Clean Technology Transition and Import Dependence: India’s Targets, Risks, and Indigenisation Strategy
1. India has declared a net zero emissions target for 2070 and targets 50% of energy from non-fossil sources by 2030, requiring accelerated deployment and reliable grid integration.
2. India targets 30% of new vehicle sales as electric by 2030, implying large-scale charging rollout, battery ecosystem expansion, and industrial capacity for motors, controllers, and cells.
3. The power system scale is stated as 442 GW installed capacity, with renewables at 33% and hydropower at 11%, indicating a growing but not yet dominant clean capacity mix.
4. Rapid renewable installation growth is presented as supporting confidence in meeting 2030 clean energy objectives ahead of schedule, driven by targeted policy incentives and reduced investor uncertainty.
5. Renewable energy capacity is stated to have grown eightfold between 2010 and 2023, with falling solar and wind costs cited as key enablers alongside procurement mechanisms.
6. Clean transition scale-up is described as expanding venture capital participation through policy stability and financial innovations across clean technology segments and investment pipelines.
7. Scale-up is framed as creating startup and MSME opportunities across manufacturing and services value chains, linking domestic entrepreneurship to deployment, O&M, and component supply.
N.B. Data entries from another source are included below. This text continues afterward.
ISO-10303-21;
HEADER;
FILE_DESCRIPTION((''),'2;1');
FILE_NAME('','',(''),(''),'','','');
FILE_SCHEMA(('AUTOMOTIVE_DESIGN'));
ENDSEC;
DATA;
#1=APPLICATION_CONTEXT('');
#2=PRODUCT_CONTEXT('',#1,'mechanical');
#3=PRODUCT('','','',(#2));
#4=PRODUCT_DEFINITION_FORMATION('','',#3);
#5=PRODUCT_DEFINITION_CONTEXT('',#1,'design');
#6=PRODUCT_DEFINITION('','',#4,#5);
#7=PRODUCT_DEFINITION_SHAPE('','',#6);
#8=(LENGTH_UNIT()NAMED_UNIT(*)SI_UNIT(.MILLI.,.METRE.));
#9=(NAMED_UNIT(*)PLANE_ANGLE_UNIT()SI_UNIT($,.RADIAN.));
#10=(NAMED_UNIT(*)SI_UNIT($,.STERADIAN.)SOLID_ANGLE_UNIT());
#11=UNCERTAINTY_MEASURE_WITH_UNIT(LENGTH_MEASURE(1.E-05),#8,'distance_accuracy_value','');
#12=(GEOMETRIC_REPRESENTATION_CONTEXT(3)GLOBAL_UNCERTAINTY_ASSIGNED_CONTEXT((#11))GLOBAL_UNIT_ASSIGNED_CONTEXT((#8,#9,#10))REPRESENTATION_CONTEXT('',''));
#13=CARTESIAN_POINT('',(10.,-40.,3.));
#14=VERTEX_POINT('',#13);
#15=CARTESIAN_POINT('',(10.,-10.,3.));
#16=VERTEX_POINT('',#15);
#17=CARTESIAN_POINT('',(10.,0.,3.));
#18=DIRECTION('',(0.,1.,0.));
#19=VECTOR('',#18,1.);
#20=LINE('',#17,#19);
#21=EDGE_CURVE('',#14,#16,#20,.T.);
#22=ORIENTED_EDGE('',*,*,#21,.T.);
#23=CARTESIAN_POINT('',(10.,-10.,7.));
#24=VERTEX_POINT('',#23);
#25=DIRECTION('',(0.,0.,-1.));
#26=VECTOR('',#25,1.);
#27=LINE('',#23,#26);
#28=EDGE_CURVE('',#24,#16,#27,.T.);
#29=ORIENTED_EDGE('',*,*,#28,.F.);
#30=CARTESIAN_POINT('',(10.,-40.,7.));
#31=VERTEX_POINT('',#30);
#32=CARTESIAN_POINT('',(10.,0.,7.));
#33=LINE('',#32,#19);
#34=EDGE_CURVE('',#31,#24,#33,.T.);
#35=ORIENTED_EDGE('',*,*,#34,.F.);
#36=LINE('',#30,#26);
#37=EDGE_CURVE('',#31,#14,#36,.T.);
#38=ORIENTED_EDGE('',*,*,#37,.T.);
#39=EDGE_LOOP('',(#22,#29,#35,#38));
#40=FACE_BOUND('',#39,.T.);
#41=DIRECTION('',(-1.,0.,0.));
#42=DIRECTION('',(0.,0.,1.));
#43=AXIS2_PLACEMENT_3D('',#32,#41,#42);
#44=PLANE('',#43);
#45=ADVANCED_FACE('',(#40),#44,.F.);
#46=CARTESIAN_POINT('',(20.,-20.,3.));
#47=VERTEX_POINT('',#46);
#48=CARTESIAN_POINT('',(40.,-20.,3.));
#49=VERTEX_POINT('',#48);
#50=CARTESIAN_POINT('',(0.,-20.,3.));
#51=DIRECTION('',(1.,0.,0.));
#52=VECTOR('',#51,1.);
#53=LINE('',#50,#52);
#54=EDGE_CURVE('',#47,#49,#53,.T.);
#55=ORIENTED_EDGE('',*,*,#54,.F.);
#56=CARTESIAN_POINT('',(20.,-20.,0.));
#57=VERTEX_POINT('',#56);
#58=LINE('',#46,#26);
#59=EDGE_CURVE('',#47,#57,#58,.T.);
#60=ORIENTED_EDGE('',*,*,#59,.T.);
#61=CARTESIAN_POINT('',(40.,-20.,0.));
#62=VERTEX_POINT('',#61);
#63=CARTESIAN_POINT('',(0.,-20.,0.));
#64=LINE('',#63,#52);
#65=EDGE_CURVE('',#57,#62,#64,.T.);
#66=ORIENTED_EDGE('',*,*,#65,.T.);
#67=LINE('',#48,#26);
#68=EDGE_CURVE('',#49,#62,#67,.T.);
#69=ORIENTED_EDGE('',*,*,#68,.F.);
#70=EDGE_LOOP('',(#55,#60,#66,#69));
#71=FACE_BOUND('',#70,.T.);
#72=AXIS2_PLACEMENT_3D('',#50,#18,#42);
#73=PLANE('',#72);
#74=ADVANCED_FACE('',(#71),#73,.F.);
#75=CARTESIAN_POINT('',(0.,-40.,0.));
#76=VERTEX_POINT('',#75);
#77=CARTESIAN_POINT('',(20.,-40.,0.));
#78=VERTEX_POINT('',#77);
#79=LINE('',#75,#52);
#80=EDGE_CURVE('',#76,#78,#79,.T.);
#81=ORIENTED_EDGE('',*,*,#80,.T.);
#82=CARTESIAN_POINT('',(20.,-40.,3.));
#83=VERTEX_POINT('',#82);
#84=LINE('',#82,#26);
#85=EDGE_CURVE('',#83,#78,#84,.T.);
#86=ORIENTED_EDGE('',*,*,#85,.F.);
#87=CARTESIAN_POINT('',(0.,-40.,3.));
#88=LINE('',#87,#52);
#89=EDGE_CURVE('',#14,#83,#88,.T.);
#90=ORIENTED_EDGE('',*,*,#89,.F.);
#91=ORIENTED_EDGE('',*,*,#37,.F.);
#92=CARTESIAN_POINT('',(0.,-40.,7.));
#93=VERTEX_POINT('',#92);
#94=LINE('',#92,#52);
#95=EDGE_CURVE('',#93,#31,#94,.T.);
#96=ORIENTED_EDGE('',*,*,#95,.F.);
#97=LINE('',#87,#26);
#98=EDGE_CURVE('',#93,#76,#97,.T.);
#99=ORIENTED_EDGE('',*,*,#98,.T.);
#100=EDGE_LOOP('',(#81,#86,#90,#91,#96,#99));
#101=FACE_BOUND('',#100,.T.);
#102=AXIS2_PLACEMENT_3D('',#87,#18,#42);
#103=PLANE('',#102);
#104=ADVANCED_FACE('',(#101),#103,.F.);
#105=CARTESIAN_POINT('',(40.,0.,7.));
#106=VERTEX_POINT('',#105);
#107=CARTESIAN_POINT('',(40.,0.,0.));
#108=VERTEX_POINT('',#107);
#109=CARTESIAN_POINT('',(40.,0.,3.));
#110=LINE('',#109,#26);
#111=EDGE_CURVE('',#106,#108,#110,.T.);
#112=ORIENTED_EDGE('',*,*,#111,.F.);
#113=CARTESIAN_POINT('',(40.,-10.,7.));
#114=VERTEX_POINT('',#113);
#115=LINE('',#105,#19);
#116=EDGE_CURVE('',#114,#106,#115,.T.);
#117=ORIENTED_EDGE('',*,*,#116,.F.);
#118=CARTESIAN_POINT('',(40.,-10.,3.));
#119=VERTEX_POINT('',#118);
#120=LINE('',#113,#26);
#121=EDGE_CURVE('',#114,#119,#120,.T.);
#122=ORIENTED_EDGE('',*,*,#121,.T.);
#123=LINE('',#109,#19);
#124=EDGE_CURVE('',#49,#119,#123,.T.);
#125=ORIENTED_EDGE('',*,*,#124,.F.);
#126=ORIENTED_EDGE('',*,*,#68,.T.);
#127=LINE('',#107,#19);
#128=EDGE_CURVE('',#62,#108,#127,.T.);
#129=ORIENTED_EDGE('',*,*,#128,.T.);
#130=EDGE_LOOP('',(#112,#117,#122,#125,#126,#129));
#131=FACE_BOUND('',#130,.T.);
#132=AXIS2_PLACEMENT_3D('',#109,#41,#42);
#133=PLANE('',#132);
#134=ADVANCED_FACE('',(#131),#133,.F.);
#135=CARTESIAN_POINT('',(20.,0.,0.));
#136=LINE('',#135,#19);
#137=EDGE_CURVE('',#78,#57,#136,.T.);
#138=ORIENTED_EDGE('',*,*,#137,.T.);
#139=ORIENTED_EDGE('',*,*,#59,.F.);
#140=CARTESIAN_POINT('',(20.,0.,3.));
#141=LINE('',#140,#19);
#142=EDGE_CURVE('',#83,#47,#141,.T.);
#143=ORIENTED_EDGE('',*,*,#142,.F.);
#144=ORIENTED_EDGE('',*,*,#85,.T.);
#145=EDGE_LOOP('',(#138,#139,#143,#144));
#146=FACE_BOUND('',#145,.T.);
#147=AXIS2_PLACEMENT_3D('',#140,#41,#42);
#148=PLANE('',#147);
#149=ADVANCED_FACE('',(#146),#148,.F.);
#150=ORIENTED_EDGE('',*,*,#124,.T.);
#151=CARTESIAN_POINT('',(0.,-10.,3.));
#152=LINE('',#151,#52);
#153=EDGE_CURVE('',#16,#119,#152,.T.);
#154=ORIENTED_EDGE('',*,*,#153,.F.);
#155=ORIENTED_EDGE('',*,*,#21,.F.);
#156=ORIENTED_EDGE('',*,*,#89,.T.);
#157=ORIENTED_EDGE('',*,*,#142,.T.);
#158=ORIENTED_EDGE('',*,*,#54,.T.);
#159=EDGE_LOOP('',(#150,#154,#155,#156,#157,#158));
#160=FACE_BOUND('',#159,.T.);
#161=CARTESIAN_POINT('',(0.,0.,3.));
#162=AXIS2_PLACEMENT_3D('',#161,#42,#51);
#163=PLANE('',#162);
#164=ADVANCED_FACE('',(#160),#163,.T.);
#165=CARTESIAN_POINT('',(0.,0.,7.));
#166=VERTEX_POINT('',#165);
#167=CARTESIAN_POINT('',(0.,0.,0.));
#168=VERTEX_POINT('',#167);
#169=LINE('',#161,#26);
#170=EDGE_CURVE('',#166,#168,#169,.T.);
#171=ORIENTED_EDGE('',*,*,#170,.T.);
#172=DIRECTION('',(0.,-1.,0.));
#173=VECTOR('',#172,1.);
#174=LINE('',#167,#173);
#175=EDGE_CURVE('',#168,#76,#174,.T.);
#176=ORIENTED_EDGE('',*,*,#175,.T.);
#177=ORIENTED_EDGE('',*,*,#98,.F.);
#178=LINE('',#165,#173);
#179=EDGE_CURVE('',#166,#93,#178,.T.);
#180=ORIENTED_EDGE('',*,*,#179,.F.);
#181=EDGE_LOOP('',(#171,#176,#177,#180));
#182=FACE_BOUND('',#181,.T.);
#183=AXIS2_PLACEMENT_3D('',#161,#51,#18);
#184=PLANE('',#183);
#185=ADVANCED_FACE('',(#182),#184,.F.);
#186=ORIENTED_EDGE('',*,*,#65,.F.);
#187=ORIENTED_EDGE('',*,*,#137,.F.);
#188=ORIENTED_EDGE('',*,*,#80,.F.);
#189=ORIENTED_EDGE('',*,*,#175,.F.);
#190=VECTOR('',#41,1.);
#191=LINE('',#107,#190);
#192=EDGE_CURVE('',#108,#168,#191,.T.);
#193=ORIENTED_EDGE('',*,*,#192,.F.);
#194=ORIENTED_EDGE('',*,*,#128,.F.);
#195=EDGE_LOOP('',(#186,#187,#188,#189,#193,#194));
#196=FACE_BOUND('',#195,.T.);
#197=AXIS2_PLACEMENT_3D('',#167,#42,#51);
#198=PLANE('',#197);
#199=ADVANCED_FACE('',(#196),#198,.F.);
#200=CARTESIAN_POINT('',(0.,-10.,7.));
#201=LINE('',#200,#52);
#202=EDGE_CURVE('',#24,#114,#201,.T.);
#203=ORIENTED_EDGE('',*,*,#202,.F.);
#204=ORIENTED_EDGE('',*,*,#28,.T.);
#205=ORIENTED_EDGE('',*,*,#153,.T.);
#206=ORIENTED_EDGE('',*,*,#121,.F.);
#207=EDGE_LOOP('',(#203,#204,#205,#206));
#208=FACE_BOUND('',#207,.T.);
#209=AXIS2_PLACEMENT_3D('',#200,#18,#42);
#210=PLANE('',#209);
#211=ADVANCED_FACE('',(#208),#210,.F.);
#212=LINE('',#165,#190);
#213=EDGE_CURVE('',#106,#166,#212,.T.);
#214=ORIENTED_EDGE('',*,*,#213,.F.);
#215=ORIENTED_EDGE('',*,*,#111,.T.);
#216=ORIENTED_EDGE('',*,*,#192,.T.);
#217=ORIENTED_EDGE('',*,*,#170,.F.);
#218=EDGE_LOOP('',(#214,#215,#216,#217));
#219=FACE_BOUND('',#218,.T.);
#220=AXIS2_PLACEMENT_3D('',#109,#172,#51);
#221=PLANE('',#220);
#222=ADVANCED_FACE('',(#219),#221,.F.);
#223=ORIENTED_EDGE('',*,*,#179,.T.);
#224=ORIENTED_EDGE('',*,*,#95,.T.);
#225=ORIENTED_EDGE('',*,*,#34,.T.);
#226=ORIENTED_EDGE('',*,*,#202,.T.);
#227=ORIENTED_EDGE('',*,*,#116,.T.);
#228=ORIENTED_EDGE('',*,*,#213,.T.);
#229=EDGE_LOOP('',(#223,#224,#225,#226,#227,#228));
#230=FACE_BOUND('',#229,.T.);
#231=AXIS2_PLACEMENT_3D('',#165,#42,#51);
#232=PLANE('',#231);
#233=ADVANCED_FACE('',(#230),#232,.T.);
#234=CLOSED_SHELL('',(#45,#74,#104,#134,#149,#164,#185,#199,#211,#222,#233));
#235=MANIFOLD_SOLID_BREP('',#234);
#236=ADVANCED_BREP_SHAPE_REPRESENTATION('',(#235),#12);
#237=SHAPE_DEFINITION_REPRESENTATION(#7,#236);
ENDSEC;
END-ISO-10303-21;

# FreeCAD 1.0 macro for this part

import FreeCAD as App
import Part
import Sketcher
Q = App.Units.Quantity

doc = App.newDocument("Part")
body = doc.addObject("PartDesign::Body", "Body")

# Sketch on XY plane
sketch1 = doc.addObject("Sketcher::SketchObject", "Sketch")
body.addObject(sketch1)
sketch1.AttachmentSupport = (doc.XY_Plane, [""])
sketch1.MapMode = "FlatFace"
sketch1.addGeometry([
    Part.LineSegment(App.Vector(0, 0, 0), App.Vector(0, -40, 0)),  # 0
    Part.LineSegment(App.Vector(0, -40, 0), App.Vector(20, -40, 0)),  # 1
    Part.LineSegment(App.Vector(20, -40, 0), App.Vector(20, -20, 0)),  # 2
    Part.LineSegment(App.Vector(20, -20, 0), App.Vector(40, -20, 0)),  # 3
    Part.LineSegment(App.Vector(40, -20, 0), App.Vector(40, 0, 0)),  # 4
    Part.LineSegment(App.Vector(40, 0, 0), App.Vector(0, 0, 0)),  # 5
], False)
sketch1.addConstraint([
    Sketcher.Constraint("Coincident", 0, 2, 1, 1),
    Sketcher.Constraint("Coincident", 1, 2, 2, 1),
    Sketcher.Constraint("Coincident", 2, 2, 3, 1),
    Sketcher.Constraint("Coincident", 3, 2, 4, 1),
    Sketcher.Constraint("Coincident", 4, 2, 5, 1),
    Sketcher.Constraint("Coincident", 5, 2, 0, 1),
    Sketcher.Constraint("Vertical", 0),
    Sketcher.Constraint("Horizontal", 1),
    Sketcher.Constraint("Vertical", 2),
    Sketcher.Constraint("Horizontal", 3),
    Sketcher.Constraint("Vertical", 4),
    Sketcher.Constraint("Horizontal", 5),
    Sketcher.Constraint("Coincident", 5, 2, -1, 1),
    Sketcher.Constraint("Equal", 1, 3),
    Sketcher.Constraint("Equal", 5, 0),
    Sketcher.Constraint("Equal", 3, 2),
    Sketcher.Constraint("DistanceX", 1, 1, 1, 2, Q("20 mm")),
])
pad1 = doc.addObject("PartDesign::Pad", "Pad")
body.addObject(pad1)
pad1.Profile = sketch1
pad1.Length = 3

# Sketch on XY plane
sketch2 = doc.addObject("Sketcher::SketchObject", "Sketch001")
body.addObject(sketch2)
sketch2.AttachmentSupport = (doc.XY_Plane, [""])
sketch2.MapMode = "FlatFace"
sketch2.AttachmentOffset = App.Placement(App.Vector(0, 0, 3), App.Rotation())
sketch2.addGeometry([
    Part.LineSegment(App.Vector(0, -40, 0), App.Vector(10, -40, 0)),  # 0
    Part.LineSegment(App.Vector(10, -40, 0), App.Vector(10, -10, 0)),  # 1
    Part.LineSegment(App.Vector(10, -10, 0), App.Vector(40, -10, 0)),  # 2
    Part.LineSegment(App.Vector(40, -10, 0), App.Vector(40, 0, 0)),  # 3
    Part.LineSegment(App.Vector(40, 0, 0), App.Vector(0, 0, 0)),  # 4
    Part.LineSegment(App.Vector(0, 0, 0), App.Vector(0, -40, 0)),  # 5
], False)
sketch2.addConstraint([
    Sketcher.Constraint("Coincident", 0, 2, 1, 1),
    Sketcher.Constraint("Coincident", 1, 2, 2, 1),
    Sketcher.Constraint("Coincident", 2, 2, 3, 1),
    Sketcher.Constraint("Coincident", 3, 2, 4, 1),
    Sketcher.Constraint("Coincident", 4, 2, 5, 1),
    Sketcher.Constraint("Coincident", 5, 2, 0, 1),
    Sketcher.Constraint("Horizontal", 0),
    Sketcher.Constraint("Vertical", 1),
    Sketcher.Constraint("Horizontal", 2),
    Sketcher.Constraint("Vertical", 3),
    Sketcher.Constraint("Horizontal", 4),
    Sketcher.Constraint("Vertical", 5),
    Sketcher.Constraint("Coincident", 4, 2, -1, 1),
    Sketcher.Constraint("Equal", 2, 1),
    Sketcher.Constraint("Equal", 0, 3),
8. Cleantech expenditure is stated as $68 billion in 2023, about 40% higher than average spending during 2016–2020, signalling a step-change in annual investment intensity.
9. Capturing transition benefits is linked to indigenising supply chains and building domestic manufacturing for critical components while addressing high capital costs that reduce project viability.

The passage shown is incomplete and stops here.